Elle, la femme résidence, ne bougeait pas trop, ne parlait plus guère. Elle les écoutait. Le père et son fils l’arbre chanteur.
Elle souriait, les yeux pleins de lumière, assise dans son nichoir de verdure, au bord de la cascade.
Elle était devenue, tout petit à petit, une femme fleur. Magnifique. Aérienne et solide.
Ils étaient trois maintenant.
Le père, le fils arbre, la mère fleur.
Lui le père, était devenu le roi du vent. On le sentait. On l’aurait vu. Presque palpable.
Plus l’arbre grandissait, plus il ressemblait à son père. Les feuilles avaient la couleur de ses yeux. Il est sorti de sa mère fleur. Il avait grandi.
- Va, mon fils, je t’aime.
Et il est parti.

Le père a dit :
-Je me sens seul dans cette femme- maison où tout n’est que silence. Il pleut maintenant. Il pleut. Rien n’est raisonnable ici ! Il est temps que je rentre.
Il a expliqué à la femme-fleur qu’il devait aller retrouver la sagesse. Que c’était elle qui le guidait.
- Je préfère la solitude au silence, j’aime mieux me gorger d’elle que me repaître de toi

La fleur a laissé échapper un pâle sourire de rosée.
Il est parti. En coup de vent. Elle a fané. En souriant.

Tandis qu’elle fanait et devenait noire et racornie, un homme aux longues mains douces est passé. Doucement, le soleil de ses yeux a réchauffé le cœur de la fleur.
-Eveille-toi, fleur ! Eveille-toi ! Je suis là, je m’assieds. Regarde, je reste.
Elle a soulevé un pétale et a vu l’ami aux yeux d’écorces tendres.
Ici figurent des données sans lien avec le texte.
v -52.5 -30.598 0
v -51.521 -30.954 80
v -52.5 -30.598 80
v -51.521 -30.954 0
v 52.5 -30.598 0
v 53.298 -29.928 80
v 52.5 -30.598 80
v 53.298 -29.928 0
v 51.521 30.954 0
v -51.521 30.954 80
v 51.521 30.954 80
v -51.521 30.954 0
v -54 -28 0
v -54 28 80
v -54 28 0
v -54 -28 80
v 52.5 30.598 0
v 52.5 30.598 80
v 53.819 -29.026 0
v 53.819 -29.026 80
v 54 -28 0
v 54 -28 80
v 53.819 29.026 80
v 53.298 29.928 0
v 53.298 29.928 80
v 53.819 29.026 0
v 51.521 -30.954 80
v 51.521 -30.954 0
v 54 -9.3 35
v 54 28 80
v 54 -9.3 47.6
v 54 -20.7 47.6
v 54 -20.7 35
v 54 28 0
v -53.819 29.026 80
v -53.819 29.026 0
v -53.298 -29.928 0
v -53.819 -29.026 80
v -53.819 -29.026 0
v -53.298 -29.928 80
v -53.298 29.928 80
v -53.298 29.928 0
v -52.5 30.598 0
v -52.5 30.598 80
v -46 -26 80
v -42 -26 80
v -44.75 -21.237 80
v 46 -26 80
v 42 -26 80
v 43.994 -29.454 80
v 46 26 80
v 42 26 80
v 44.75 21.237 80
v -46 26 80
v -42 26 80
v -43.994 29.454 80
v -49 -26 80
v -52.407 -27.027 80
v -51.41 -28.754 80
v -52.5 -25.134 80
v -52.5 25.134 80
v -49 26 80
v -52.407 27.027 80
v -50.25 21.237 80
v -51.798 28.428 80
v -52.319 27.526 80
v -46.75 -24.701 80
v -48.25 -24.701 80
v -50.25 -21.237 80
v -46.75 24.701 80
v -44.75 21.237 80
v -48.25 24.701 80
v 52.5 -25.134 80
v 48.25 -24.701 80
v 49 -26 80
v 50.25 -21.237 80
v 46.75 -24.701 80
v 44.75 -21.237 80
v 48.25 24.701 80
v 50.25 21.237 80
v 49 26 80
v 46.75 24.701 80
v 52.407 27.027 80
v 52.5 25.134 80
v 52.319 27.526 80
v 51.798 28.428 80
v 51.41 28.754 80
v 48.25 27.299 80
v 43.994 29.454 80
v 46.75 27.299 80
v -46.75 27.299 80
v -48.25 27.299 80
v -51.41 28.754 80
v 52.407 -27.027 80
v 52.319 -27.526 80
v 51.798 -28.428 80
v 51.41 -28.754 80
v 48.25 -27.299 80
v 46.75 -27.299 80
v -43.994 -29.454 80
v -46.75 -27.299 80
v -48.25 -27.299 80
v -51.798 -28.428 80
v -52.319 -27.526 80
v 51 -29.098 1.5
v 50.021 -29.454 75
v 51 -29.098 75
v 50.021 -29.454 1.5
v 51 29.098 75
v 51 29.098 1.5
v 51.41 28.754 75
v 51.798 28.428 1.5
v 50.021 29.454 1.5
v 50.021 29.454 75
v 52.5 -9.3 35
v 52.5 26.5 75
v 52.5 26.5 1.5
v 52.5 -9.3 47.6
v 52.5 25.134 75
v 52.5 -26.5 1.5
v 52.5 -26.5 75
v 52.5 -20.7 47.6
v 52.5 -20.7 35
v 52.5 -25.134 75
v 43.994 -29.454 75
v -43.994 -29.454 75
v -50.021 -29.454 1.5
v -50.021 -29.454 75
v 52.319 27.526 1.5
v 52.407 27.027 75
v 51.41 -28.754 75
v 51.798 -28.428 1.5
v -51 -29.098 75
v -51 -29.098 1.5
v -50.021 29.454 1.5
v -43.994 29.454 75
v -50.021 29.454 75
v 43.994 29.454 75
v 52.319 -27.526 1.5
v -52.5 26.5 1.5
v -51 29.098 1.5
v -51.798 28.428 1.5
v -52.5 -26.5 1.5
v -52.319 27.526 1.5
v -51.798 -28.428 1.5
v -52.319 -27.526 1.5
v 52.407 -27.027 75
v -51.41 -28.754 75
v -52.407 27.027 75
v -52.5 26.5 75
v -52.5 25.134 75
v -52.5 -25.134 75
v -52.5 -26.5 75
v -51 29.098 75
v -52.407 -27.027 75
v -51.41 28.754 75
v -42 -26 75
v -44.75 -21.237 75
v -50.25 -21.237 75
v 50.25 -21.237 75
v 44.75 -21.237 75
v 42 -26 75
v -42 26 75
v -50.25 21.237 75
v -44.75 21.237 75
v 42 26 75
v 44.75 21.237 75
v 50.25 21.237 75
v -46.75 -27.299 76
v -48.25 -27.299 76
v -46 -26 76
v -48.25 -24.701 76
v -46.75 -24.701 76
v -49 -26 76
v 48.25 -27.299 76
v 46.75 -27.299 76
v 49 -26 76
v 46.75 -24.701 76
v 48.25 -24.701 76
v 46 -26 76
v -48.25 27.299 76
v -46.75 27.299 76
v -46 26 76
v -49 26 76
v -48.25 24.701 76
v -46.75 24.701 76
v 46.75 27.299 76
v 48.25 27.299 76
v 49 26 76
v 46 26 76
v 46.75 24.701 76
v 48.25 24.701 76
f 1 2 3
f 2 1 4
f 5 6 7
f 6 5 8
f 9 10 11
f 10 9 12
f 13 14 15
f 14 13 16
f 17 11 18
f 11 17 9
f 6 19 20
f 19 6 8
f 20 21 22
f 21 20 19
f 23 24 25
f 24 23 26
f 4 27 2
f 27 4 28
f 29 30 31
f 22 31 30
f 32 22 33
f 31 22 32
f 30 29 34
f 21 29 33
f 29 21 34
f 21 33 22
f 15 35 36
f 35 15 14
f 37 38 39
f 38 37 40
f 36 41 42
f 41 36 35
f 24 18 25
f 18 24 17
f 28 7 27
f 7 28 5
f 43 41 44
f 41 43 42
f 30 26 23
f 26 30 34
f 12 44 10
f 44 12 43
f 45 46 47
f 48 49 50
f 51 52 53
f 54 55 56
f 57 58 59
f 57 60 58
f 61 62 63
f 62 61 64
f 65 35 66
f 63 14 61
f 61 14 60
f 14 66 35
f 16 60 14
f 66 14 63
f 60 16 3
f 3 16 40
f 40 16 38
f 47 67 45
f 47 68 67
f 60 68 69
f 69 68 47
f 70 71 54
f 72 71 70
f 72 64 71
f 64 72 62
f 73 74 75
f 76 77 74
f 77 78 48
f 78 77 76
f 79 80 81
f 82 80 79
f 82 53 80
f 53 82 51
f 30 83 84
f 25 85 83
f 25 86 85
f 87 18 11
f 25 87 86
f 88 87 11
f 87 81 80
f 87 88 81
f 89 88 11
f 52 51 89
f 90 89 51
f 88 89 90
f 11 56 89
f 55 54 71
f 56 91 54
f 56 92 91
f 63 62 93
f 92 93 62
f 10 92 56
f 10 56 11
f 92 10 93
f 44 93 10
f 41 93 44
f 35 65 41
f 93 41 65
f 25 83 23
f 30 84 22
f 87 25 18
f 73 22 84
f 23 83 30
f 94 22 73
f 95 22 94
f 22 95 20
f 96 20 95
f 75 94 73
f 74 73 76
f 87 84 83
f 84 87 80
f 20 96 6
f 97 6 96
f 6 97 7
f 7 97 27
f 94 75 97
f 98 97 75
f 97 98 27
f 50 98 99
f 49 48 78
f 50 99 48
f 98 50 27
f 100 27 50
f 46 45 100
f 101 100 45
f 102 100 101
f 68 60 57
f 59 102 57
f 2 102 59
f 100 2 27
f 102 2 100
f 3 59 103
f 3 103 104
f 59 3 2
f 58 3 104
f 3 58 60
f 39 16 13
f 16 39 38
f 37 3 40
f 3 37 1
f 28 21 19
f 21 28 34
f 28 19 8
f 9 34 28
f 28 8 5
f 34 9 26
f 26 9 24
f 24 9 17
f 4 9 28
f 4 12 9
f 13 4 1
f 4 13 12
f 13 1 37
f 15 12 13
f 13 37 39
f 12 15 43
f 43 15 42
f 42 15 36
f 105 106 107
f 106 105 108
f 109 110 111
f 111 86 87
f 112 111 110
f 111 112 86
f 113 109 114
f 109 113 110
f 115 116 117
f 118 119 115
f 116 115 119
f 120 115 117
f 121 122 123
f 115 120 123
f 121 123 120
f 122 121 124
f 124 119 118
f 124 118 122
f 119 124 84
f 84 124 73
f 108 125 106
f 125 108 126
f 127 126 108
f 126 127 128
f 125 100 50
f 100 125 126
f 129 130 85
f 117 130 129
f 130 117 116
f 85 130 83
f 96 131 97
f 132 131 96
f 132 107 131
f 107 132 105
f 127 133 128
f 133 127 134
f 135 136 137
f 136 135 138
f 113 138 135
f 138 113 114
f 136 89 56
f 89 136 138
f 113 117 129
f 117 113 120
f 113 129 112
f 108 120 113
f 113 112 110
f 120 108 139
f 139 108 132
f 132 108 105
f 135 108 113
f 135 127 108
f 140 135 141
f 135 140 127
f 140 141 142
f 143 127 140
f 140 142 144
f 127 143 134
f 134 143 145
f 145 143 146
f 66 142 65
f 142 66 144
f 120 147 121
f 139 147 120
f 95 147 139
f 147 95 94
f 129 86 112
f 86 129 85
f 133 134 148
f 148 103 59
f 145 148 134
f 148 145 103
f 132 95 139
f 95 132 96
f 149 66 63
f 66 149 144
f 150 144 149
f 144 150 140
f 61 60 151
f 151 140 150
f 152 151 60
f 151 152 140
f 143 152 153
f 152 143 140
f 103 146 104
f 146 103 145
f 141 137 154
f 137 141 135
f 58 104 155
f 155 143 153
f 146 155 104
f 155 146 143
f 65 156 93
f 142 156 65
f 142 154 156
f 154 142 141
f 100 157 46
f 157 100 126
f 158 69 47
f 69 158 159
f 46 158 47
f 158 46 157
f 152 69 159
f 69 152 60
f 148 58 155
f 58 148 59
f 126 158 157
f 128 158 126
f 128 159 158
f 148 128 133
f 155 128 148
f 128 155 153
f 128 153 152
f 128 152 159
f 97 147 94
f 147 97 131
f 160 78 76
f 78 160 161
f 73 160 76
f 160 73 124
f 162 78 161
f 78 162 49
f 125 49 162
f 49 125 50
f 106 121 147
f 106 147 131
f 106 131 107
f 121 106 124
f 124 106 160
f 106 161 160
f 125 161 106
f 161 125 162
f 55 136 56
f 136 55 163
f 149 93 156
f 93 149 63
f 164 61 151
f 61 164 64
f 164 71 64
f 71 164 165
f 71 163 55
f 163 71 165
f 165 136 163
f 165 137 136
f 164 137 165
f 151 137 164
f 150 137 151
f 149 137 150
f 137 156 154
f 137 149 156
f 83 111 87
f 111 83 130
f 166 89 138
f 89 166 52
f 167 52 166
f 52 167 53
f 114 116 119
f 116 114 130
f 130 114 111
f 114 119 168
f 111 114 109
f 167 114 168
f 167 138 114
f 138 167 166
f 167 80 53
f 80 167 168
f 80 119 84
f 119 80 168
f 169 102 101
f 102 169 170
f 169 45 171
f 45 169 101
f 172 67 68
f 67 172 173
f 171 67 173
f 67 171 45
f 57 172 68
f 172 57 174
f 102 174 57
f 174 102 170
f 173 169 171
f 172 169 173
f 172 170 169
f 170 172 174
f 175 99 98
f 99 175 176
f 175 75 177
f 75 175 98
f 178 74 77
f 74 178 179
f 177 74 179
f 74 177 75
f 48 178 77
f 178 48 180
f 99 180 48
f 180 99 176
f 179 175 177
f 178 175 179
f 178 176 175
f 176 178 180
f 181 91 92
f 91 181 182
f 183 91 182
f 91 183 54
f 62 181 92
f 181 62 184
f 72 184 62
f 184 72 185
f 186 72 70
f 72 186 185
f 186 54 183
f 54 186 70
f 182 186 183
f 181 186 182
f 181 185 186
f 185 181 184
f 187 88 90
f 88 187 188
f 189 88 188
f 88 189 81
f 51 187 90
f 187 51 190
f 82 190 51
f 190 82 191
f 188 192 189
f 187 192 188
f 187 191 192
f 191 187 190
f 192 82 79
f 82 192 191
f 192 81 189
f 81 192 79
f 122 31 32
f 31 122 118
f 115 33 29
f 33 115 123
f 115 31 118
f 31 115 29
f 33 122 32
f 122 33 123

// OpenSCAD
difference(){
    union(){
        difference() {
            abox(108,62);
            translate([0,0,1.5]) abox(108-3,62-3);
            
            //translate([0,15,4]) abox(108-5-5,62-10-25,d=0);
        }
        pillas(95,52,r=5.5,d=0);
    }
    pillas(95,52,r=1.5,d=1);
    
    #translate([50,-62/2-1.5+11.8,35]) cube([100,11.2+0.2,12.4+0.2]);
}


module abox(w, h, r=3){
    w = w-r*2;
    h = h-r*2;
    t=80;
    translate([-w/2, -h/2, 0]) difference() {
        hull() {
            cylinder(t, r, r, $fn=18);
            translate([w, 0, 0]) cylinder(t, r, r, $fn=18);
            translate([0, h, 0]) cylinder(t, r, r, $fn=18);
            translate([w, h, 0]) cylinder(t, r, r, $fn=18);
        }
    }
}

module pillas(w, h, r=3, d=0) {
    a=0;
    t=5;
    translate([-w/2, -h/2, 80-5+d]) difference(){    
        union(){
            cylinder(t, r, r, $fn=6);
            translate([w, 0, 0]) cylinder(t, r, r, $fn=6);
            translate([0, h, 0]) cylinder(t, r, r, $fn=6);
            translate([w, h, 0]) cylinder(t, r, r, $fn=6);
        }
    }

}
Elle a déplié ses feuilles tandis qu’il chantait.
Elle, nourrie par le chant de l’ami, revenait, revenait, doucement à elle.
-Je ne te cueillerai pas, pas le moins du monde, je viendrai t’arroser, je serai là.
Tu es jolie, une drôle de fleur que j’aime. Une espèce que je ne connais pas.
Je ne te cueillerai pas. Ne te ferai pas de mal. Je serai là. Simplement.
Alors la fleur s’est arrêtée de faner. Elle a cessé d’être fleur. Elle est redevenue femme,
Peu - à- peu, dans les yeux de l’homme aux longues mains douces qui ne bougeait pas.
Il l’emplissait de sa musique enivrante, et entêtante, rassurante et soyeuse.
Il l’appela Gitane, et elle s’est mise à danser, les bras ouverts, illuminée de sa musique à lui, qui ne bougeait pas, à danser pour cet homme aux yeux d’écorces tendres, qui avait su panser ses blessures.